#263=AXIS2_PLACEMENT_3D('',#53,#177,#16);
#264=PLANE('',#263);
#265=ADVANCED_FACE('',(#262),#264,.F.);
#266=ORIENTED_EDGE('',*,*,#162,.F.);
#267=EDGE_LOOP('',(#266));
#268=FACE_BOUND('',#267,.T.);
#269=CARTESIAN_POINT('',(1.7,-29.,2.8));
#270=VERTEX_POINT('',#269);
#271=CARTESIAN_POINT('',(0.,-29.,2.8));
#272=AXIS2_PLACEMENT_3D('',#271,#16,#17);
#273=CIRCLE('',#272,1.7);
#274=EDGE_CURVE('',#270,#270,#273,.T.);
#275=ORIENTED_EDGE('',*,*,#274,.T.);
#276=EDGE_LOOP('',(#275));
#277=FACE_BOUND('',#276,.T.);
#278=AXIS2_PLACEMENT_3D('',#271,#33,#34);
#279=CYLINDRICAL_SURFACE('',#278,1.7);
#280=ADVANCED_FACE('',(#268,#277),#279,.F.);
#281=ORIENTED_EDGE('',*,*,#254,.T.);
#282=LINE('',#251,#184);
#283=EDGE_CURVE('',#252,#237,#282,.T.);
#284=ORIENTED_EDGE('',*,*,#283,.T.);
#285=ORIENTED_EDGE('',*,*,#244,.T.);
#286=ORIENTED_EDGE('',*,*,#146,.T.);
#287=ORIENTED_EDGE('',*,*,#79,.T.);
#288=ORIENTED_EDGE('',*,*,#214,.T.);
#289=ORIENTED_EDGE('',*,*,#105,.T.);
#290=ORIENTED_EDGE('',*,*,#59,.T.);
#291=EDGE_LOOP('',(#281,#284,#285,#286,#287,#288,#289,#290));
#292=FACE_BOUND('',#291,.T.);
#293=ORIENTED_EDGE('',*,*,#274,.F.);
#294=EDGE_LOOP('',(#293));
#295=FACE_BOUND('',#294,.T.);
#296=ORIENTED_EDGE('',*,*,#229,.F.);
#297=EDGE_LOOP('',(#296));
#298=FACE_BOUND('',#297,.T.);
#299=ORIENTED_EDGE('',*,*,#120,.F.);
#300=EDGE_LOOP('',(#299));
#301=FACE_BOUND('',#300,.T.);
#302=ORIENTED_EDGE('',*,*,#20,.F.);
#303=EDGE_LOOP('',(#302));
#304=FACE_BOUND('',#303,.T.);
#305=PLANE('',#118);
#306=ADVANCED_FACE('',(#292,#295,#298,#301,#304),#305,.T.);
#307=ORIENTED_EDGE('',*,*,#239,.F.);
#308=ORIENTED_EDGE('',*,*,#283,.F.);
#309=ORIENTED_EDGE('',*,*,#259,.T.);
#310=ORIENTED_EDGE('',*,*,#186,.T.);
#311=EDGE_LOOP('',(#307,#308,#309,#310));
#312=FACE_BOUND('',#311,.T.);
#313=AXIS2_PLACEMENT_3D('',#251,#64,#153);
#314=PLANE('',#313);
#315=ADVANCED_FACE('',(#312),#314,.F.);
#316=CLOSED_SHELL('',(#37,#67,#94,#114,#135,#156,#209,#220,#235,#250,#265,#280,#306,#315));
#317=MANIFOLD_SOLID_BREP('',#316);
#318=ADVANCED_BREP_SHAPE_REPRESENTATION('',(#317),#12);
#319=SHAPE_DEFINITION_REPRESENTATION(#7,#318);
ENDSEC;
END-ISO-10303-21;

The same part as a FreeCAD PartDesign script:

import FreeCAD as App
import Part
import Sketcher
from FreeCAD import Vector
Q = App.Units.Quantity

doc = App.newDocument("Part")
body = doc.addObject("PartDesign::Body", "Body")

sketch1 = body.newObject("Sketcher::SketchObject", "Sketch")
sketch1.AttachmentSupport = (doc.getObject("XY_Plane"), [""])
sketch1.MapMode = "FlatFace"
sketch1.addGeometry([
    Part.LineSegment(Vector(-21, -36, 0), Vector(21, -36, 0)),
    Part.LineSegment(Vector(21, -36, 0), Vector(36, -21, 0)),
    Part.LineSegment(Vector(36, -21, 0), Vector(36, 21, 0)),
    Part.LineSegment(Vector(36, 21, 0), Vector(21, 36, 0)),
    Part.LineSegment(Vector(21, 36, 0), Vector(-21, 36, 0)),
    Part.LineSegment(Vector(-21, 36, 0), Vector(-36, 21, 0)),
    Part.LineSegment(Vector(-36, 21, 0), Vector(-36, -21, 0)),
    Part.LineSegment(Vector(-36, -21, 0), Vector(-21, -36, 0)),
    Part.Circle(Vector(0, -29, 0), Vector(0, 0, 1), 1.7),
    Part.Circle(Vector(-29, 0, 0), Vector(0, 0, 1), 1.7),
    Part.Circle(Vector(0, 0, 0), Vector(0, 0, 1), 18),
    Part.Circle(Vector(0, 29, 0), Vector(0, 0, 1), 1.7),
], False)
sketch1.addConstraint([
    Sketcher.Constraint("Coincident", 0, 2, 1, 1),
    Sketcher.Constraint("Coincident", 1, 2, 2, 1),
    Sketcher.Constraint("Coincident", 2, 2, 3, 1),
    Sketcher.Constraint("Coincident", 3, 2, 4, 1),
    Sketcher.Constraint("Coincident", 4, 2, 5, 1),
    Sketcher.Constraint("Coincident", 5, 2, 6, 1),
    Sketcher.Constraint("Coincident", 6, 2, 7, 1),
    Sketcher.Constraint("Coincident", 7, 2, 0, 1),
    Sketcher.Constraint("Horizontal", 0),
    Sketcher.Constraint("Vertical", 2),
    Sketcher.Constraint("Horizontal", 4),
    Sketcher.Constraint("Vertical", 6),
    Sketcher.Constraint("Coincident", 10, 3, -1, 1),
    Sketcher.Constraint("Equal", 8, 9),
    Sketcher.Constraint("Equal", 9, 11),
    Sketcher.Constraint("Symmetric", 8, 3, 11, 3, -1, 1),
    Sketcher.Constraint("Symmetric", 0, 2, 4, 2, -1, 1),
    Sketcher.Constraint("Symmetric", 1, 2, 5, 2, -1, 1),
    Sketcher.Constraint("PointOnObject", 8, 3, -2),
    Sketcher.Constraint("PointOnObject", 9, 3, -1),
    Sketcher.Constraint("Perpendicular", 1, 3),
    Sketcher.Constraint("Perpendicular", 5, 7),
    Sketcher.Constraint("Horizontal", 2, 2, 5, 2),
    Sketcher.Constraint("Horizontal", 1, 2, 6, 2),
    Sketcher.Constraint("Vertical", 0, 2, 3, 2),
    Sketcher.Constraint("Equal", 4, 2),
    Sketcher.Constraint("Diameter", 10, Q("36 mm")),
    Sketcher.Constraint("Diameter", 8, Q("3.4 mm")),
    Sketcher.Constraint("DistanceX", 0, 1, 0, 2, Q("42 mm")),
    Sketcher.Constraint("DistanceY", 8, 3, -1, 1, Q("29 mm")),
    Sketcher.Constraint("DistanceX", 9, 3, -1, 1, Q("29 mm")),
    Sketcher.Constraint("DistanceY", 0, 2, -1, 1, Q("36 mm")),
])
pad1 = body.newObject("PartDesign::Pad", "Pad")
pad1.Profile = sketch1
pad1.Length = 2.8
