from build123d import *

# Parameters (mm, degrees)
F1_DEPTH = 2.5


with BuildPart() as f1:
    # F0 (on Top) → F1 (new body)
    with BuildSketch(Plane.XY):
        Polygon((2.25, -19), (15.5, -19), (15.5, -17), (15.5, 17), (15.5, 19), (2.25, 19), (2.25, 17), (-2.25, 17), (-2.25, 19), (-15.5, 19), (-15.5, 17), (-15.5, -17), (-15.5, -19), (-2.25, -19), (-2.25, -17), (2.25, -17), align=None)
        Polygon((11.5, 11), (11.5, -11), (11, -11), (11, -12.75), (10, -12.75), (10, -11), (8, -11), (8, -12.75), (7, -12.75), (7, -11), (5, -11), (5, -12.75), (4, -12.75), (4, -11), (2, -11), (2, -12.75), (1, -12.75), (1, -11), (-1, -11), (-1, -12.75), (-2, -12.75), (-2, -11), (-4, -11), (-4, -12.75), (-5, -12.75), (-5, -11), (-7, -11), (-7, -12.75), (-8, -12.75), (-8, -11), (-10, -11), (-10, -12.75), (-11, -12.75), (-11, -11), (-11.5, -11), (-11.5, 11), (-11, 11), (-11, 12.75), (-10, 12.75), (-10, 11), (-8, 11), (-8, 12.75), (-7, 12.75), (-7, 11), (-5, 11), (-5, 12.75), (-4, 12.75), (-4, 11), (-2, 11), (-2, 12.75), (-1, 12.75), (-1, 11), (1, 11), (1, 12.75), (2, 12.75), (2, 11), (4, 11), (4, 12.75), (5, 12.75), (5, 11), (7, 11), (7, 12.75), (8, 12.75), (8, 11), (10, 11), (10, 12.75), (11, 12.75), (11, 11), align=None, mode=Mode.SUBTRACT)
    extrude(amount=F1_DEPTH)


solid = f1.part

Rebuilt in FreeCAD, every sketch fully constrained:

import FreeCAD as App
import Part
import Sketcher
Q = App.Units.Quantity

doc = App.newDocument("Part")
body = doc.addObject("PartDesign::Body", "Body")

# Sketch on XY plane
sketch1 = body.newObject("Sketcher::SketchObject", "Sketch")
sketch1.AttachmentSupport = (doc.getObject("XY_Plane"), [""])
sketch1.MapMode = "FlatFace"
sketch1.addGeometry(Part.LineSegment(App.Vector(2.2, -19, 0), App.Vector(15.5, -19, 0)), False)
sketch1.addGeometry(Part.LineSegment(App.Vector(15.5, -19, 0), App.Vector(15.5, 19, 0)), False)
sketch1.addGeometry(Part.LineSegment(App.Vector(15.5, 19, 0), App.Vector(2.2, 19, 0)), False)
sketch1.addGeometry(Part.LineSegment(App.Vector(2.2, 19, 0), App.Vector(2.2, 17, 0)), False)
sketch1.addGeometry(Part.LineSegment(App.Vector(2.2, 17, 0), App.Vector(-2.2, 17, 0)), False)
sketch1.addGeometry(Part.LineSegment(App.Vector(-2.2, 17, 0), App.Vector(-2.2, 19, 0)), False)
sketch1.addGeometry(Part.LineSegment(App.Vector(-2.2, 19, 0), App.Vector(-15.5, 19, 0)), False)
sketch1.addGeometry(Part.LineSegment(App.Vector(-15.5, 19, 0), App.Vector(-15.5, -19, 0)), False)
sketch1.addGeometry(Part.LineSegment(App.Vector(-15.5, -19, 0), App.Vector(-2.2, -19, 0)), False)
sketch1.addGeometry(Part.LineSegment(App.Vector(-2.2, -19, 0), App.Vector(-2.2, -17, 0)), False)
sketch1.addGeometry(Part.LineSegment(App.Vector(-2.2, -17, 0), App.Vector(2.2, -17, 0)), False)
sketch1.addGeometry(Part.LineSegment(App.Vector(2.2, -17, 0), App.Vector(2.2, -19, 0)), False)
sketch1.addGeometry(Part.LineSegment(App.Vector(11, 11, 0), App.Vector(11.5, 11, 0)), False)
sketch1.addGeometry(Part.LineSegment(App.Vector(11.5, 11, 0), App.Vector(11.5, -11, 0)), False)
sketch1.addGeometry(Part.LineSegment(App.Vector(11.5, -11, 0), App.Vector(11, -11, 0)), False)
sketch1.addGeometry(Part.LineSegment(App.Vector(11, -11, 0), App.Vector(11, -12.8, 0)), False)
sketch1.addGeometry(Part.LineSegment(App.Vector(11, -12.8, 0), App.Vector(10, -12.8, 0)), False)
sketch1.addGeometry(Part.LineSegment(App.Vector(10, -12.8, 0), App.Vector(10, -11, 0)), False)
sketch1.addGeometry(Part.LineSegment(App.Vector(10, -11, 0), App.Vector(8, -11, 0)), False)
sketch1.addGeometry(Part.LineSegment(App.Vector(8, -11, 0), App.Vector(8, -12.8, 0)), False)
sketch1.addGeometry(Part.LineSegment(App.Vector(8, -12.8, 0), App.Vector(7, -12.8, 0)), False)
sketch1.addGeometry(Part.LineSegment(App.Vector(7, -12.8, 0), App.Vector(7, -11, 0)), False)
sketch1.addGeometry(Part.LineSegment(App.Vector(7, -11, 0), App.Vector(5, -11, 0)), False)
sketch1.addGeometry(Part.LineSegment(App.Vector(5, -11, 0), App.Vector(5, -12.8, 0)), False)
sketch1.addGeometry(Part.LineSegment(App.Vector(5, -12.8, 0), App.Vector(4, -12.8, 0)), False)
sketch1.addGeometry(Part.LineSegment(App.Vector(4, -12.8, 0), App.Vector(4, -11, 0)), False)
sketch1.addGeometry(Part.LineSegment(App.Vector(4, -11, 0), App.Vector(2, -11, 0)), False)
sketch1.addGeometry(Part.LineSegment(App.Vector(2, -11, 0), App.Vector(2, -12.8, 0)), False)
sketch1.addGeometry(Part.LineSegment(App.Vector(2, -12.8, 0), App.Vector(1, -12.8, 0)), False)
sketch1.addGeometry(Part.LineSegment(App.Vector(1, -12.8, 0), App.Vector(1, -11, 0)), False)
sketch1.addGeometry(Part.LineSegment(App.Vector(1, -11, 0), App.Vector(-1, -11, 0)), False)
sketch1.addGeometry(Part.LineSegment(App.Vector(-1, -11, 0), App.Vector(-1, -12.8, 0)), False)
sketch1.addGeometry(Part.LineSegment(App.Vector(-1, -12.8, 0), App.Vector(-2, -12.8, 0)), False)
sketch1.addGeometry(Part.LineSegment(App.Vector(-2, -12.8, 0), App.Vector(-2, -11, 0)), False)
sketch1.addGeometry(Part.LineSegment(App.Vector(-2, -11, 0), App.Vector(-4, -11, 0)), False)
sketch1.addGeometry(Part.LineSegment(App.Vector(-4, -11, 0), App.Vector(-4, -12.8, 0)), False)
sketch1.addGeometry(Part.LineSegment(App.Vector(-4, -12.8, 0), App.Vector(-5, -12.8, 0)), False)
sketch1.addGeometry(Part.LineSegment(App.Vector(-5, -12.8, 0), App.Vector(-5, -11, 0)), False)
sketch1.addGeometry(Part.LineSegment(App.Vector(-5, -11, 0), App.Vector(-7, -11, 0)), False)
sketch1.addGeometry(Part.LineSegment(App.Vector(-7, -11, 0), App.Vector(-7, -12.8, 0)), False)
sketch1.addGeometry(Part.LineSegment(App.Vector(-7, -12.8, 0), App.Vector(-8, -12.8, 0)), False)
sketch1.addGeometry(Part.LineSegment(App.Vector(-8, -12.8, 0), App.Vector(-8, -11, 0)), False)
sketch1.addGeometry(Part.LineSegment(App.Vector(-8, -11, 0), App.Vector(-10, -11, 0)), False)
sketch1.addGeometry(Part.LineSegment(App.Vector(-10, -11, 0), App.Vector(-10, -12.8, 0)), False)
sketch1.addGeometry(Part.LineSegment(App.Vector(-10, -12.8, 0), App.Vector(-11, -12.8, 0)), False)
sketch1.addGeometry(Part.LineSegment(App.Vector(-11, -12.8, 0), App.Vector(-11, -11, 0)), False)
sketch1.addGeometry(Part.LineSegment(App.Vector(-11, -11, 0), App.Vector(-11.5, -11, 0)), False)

Problem statement: For each line of the data that includes the word "with", return a copy of it.

Answer section:
with BuildPart() as f1:
    with BuildSketch(Plane.XY):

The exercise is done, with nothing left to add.